WHAT THE EXERCISE ASKS: Among the entries below, one stretch runs from the line that contains "f 353 339 338" through the line that contains "f 435 436 437". Repeat that stretch exactly, ends included, and only that.

□ □ □

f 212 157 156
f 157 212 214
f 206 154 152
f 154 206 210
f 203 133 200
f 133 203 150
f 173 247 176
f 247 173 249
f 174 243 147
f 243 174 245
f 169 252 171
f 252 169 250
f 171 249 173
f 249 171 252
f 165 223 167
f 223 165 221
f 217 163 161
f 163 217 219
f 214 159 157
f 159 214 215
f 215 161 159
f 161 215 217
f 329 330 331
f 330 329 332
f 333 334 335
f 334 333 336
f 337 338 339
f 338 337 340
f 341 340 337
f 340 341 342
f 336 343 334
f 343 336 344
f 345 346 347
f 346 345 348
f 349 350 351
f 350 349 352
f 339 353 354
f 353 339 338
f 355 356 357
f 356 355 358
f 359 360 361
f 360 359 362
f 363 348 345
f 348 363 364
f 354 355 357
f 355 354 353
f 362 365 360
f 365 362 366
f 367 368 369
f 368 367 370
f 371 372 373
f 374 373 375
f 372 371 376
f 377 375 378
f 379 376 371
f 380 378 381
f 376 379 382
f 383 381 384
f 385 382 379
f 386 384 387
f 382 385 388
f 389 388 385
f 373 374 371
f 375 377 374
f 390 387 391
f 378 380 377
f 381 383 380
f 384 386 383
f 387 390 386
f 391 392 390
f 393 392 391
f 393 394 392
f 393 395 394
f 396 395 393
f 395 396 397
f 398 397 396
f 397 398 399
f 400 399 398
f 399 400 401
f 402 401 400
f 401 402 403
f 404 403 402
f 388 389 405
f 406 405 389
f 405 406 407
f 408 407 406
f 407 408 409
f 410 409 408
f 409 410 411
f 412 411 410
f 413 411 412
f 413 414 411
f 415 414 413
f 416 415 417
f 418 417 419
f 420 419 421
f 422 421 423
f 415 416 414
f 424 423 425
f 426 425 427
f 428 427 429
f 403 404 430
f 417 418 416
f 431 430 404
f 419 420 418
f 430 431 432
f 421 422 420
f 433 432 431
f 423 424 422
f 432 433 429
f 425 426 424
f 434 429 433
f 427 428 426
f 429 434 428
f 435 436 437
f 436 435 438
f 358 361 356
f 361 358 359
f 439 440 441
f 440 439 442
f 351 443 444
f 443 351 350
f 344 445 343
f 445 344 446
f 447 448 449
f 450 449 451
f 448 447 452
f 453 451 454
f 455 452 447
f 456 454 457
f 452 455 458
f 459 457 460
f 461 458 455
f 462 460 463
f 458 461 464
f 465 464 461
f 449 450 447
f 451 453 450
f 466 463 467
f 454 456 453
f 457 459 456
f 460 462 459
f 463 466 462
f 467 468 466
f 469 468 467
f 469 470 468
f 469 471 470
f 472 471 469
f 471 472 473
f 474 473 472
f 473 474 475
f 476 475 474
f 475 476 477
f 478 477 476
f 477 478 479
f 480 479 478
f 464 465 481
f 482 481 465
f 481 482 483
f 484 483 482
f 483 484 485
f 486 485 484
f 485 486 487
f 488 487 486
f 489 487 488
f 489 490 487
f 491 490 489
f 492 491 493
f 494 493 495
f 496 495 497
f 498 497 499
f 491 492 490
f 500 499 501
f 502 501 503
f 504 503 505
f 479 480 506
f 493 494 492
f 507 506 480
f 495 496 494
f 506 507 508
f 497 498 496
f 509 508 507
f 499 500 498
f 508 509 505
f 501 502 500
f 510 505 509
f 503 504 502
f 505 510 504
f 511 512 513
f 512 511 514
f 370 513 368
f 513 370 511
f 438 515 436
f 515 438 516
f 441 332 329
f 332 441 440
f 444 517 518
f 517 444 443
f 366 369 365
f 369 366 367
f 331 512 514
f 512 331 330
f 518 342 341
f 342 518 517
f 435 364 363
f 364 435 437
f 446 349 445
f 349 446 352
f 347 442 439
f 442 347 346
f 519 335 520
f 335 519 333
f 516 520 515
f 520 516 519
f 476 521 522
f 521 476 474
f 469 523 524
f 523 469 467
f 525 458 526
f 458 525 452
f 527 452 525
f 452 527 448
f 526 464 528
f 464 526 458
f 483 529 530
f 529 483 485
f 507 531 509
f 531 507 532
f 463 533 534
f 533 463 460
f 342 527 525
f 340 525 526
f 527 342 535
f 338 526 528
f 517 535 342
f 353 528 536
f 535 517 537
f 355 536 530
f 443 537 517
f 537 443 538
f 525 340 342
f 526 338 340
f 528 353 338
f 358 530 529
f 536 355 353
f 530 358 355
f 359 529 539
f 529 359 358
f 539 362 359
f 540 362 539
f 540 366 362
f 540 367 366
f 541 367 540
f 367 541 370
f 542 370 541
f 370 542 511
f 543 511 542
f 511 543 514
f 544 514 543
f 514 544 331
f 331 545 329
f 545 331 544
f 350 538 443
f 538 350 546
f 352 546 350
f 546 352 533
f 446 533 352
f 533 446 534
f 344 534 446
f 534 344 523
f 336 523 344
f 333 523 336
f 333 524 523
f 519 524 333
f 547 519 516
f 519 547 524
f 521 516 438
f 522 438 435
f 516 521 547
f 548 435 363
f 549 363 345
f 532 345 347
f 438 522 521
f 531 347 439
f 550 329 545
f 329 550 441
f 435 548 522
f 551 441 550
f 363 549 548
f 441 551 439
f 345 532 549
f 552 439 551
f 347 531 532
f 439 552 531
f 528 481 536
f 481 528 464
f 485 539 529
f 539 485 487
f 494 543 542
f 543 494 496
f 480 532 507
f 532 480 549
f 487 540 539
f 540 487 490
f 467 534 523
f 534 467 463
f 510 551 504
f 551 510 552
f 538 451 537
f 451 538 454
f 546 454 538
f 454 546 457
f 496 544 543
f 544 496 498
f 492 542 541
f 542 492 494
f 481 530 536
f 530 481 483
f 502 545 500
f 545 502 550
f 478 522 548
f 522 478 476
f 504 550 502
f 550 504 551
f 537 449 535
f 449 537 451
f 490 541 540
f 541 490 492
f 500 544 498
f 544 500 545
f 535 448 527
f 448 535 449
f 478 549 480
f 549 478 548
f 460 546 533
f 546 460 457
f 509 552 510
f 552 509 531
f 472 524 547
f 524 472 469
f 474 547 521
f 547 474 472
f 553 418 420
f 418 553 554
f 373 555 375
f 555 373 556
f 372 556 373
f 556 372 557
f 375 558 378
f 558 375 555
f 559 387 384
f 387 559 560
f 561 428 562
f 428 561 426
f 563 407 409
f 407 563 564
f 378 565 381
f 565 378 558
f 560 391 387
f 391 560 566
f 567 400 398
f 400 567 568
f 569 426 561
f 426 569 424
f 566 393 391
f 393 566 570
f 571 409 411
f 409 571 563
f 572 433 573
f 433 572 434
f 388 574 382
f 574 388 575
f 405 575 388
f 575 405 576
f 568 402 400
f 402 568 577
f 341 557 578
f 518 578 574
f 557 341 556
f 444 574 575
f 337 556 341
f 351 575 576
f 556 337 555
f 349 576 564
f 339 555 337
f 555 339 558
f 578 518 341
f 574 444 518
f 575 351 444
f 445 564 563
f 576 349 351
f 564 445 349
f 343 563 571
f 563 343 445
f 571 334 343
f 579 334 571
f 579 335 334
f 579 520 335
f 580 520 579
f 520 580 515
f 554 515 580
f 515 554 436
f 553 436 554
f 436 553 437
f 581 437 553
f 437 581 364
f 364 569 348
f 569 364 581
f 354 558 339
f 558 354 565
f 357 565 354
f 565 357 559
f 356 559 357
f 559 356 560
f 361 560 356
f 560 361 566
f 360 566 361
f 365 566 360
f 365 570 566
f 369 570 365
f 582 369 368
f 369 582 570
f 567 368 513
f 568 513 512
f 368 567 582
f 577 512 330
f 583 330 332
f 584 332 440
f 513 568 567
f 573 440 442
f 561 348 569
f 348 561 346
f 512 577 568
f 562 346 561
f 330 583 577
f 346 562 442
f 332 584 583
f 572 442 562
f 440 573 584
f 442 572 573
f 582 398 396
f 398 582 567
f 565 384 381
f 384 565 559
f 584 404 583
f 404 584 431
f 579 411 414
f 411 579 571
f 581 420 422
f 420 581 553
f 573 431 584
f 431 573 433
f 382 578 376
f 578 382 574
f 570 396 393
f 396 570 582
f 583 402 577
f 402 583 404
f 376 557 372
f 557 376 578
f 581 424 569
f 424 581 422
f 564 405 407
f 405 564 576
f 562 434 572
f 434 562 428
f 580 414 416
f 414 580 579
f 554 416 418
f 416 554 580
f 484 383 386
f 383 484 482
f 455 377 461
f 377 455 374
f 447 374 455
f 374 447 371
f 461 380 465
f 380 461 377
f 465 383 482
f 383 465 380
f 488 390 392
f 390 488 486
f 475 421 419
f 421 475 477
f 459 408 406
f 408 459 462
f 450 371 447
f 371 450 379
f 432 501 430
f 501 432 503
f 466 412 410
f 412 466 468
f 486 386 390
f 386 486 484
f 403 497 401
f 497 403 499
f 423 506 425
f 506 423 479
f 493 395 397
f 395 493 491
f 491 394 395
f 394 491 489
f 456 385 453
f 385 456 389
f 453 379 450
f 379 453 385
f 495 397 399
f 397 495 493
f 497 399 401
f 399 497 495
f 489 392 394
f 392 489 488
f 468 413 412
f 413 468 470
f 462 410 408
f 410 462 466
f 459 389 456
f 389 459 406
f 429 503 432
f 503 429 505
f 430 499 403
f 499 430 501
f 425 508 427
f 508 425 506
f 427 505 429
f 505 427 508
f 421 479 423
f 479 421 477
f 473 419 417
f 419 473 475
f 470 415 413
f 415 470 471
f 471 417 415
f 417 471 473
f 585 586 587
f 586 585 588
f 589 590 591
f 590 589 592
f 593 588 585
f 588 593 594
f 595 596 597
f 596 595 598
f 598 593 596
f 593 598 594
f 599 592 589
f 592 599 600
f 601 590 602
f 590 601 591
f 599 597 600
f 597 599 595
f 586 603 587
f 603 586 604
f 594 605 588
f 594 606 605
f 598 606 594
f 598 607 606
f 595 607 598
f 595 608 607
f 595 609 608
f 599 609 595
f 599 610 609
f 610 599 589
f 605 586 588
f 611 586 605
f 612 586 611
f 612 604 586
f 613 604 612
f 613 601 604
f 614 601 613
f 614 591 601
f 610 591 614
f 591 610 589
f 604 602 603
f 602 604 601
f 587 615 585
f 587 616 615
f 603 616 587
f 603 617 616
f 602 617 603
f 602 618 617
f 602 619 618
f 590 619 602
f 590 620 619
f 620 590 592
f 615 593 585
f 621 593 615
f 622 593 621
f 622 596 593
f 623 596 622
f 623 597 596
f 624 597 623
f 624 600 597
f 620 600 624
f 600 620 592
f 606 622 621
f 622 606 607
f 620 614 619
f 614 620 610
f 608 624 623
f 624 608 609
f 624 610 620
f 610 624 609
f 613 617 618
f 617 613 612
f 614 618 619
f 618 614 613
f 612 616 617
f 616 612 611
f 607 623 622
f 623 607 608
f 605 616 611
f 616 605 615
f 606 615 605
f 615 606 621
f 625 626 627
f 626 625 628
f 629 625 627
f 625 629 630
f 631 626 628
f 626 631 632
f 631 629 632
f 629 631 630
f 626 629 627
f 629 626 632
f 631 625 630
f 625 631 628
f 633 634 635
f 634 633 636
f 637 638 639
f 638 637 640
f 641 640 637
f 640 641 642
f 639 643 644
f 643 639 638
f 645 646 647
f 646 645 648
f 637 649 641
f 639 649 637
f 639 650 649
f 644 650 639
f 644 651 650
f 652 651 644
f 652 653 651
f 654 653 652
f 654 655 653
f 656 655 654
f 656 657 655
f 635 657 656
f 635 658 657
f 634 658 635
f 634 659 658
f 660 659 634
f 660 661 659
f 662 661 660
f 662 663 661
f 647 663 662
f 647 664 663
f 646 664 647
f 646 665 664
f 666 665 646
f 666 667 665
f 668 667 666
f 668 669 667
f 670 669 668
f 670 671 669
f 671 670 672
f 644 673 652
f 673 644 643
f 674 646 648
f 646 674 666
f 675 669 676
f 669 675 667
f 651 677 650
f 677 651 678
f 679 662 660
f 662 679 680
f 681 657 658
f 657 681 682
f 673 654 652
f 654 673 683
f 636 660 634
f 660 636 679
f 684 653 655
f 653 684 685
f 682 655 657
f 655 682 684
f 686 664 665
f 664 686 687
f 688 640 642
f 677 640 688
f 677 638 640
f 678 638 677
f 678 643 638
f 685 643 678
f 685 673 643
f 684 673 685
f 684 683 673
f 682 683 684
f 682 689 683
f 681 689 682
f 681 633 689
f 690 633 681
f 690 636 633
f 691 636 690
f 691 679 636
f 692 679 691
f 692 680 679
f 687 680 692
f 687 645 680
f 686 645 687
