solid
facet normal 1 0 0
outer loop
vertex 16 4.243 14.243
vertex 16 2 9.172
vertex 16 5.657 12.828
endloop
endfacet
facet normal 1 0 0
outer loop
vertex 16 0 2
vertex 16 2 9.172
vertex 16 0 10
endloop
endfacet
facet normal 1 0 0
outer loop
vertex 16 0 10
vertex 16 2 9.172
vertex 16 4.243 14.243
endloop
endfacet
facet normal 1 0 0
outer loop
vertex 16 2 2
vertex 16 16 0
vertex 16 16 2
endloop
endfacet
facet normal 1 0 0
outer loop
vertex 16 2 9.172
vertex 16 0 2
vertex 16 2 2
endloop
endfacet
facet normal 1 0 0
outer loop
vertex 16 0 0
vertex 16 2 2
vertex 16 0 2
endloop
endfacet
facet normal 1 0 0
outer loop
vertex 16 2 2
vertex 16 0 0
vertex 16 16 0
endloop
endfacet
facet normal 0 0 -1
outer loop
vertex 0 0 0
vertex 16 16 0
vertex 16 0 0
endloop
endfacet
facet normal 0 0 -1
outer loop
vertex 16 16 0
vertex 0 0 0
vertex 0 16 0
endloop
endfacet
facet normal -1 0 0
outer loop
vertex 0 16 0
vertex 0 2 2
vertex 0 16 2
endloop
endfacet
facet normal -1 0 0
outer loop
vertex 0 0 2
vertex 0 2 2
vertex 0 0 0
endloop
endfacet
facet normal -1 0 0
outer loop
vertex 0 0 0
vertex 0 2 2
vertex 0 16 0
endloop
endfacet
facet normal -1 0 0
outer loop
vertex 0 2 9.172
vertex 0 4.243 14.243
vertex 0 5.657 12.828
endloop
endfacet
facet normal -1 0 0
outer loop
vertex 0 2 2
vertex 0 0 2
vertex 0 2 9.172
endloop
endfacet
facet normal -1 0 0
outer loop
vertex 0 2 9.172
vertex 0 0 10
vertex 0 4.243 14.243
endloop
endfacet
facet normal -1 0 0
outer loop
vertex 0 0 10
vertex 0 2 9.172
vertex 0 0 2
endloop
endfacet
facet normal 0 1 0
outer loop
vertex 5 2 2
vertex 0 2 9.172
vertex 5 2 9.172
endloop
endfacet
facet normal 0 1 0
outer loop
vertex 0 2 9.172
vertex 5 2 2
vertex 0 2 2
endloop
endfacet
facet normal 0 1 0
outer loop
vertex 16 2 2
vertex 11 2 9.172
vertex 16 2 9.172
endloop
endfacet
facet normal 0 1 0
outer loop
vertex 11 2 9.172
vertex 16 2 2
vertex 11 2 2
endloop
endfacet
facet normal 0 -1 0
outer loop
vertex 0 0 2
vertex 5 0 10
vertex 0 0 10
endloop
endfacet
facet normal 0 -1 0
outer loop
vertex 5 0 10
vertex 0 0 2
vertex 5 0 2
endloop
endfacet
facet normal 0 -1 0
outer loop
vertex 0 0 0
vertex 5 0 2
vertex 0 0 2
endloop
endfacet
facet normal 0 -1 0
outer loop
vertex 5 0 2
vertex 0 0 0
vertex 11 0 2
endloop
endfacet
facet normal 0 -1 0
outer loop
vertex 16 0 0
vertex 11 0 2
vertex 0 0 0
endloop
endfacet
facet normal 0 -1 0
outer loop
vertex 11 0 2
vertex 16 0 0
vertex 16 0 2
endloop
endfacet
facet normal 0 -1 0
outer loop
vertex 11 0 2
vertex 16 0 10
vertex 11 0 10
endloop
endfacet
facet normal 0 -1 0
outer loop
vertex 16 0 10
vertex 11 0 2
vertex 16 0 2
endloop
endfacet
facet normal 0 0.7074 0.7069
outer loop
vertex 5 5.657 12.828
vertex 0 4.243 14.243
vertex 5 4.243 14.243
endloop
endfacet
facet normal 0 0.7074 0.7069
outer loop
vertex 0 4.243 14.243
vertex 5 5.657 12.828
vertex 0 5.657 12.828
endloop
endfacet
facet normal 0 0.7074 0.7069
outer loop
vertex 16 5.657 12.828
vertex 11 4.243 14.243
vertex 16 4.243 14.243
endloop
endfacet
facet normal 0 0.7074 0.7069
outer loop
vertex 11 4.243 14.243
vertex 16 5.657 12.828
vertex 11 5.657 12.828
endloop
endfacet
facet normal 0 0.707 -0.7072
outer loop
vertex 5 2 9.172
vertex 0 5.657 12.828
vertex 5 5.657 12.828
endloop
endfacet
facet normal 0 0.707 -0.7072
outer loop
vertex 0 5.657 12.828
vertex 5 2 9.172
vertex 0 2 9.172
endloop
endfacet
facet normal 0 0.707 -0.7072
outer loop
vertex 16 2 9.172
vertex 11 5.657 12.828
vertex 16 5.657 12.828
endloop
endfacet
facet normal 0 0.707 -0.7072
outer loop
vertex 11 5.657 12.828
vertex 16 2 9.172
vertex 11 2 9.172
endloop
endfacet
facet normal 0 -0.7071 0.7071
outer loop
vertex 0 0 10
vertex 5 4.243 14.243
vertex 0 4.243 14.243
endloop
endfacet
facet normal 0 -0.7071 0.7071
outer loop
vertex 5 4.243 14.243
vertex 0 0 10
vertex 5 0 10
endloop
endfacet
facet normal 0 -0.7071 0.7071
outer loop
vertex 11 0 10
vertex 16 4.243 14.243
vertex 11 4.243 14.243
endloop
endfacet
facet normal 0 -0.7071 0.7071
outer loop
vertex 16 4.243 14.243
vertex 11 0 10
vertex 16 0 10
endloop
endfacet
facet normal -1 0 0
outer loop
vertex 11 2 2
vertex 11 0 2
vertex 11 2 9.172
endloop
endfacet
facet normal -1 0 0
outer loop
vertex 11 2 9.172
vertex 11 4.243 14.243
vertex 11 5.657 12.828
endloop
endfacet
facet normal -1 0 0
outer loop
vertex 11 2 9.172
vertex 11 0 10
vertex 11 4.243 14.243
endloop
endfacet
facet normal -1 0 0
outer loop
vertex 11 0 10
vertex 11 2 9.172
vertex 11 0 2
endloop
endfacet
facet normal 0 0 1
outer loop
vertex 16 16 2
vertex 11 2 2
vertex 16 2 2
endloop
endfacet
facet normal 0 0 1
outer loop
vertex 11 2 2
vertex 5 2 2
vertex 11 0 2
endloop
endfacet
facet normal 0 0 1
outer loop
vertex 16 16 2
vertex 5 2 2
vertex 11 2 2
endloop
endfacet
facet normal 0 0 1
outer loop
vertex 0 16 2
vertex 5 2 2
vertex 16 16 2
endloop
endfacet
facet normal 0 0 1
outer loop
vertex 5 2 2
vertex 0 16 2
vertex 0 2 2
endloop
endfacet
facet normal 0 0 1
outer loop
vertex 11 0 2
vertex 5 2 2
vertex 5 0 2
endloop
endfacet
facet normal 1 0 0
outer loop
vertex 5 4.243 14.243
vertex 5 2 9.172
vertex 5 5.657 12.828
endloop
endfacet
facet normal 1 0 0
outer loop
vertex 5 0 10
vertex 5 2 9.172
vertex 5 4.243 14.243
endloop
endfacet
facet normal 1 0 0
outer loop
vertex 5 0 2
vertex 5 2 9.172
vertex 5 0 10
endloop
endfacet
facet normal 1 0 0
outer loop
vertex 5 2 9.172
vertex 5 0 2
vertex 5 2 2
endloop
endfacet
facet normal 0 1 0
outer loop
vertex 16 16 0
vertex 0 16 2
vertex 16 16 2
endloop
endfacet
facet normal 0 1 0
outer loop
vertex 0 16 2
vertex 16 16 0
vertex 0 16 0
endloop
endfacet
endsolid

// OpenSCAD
// Size of base
base = 16; //[10:200]

// Size of gap for cable to pass through (Must be less than the base!)
gap = 6; //[195]

// Thickness of all parts, higher values are stronger but take longer
thickness = 2; //[1:6]

// Length of straight part of the cable holder
armLength = 8; //[2:40]

// Angle of arngled portion of the cable holder
armAngle = 45; //[45]

// Length of cable holder after the bend
armBent = 6; //[20]

difference(){
union(){
cube([base,base,thickness]);

/*
difference(){
union(){
union(){
cube([(base/2)-(gap/2),2,10]);
translate([(base/2)+(gap/2),0,0])
cube([(base/2)-(gap/2),2,10]);
}
translate([0,0,10])
rotate([-45,0,0])
union(){
cube([(base/2)-(gap/2),2,8]);
translate([(base/2)+(gap/2),0,0])
cube([(base/2)-(gap/2),2,8]);
}
}
translate([-base*2,-10,0])
cube([(base*4),10,80]);
}*/

difference(){
union(){
cube([base,thickness,armLength+thickness]);
    
translate([0,0,armLength+thickness])
rotate([-armAngle,0,0])
cube([base,thickness,armBent]);
}

translate([-base*2,-10,0])
cube([(base*4),10,80]);

translate([base/2-gap/2,-1,thickness])
cube([gap,base*(armBent+armLength)*2,armLength+armBent+1]);
}

}
translate([-1,-1,-1])
cube([base*2,base*2,1]);
}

□ □ □

TASK ANSWER:
f 353 339 338
f 355 356 357
f 356 355 358
f 359 360 361
f 360 359 362
f 363 348 345
f 348 363 364
f 354 355 357
f 355 354 353
f 362 365 360
f 365 362 366
f 367 368 369
f 368 367 370
f 371 372 373
f 374 373 375
f 372 371 376
f 377 375 378
f 379 376 371
f 380 378 381
f 376 379 382
f 383 381 384
f 385 382 379
f 386 384 387
f 382 385 388
f 389 388 385
f 373 374 371
f 375 377 374
f 390 387 391
f 378 380 377
f 381 383 380
f 384 386 383
f 387 390 386
f 391 392 390
f 393 392 391
f 393 394 392
f 393 395 394
f 396 395 393
f 395 396 397
f 398 397 396
f 397 398 399
f 400 399 398
f 399 400 401
f 402 401 400
f 401 402 403
f 404 403 402
f 388 389 405
f 406 405 389
f 405 406 407
f 408 407 406
f 407 408 409
f 410 409 408
f 409 410 411
f 412 411 410
f 413 411 412
f 413 414 411
f 415 414 413
f 416 415 417
f 418 417 419
f 420 419 421
f 422 421 423
f 415 416 414
f 424 423 425
f 426 425 427
f 428 427 429
f 403 404 430
f 417 418 416
f 431 430 404
f 419 420 418
f 430 431 432
f 421 422 420
f 433 432 431
f 423 424 422
f 432 433 429
f 425 426 424
f 434 429 433
f 427 428 426
f 429 434 428
f 435 436 437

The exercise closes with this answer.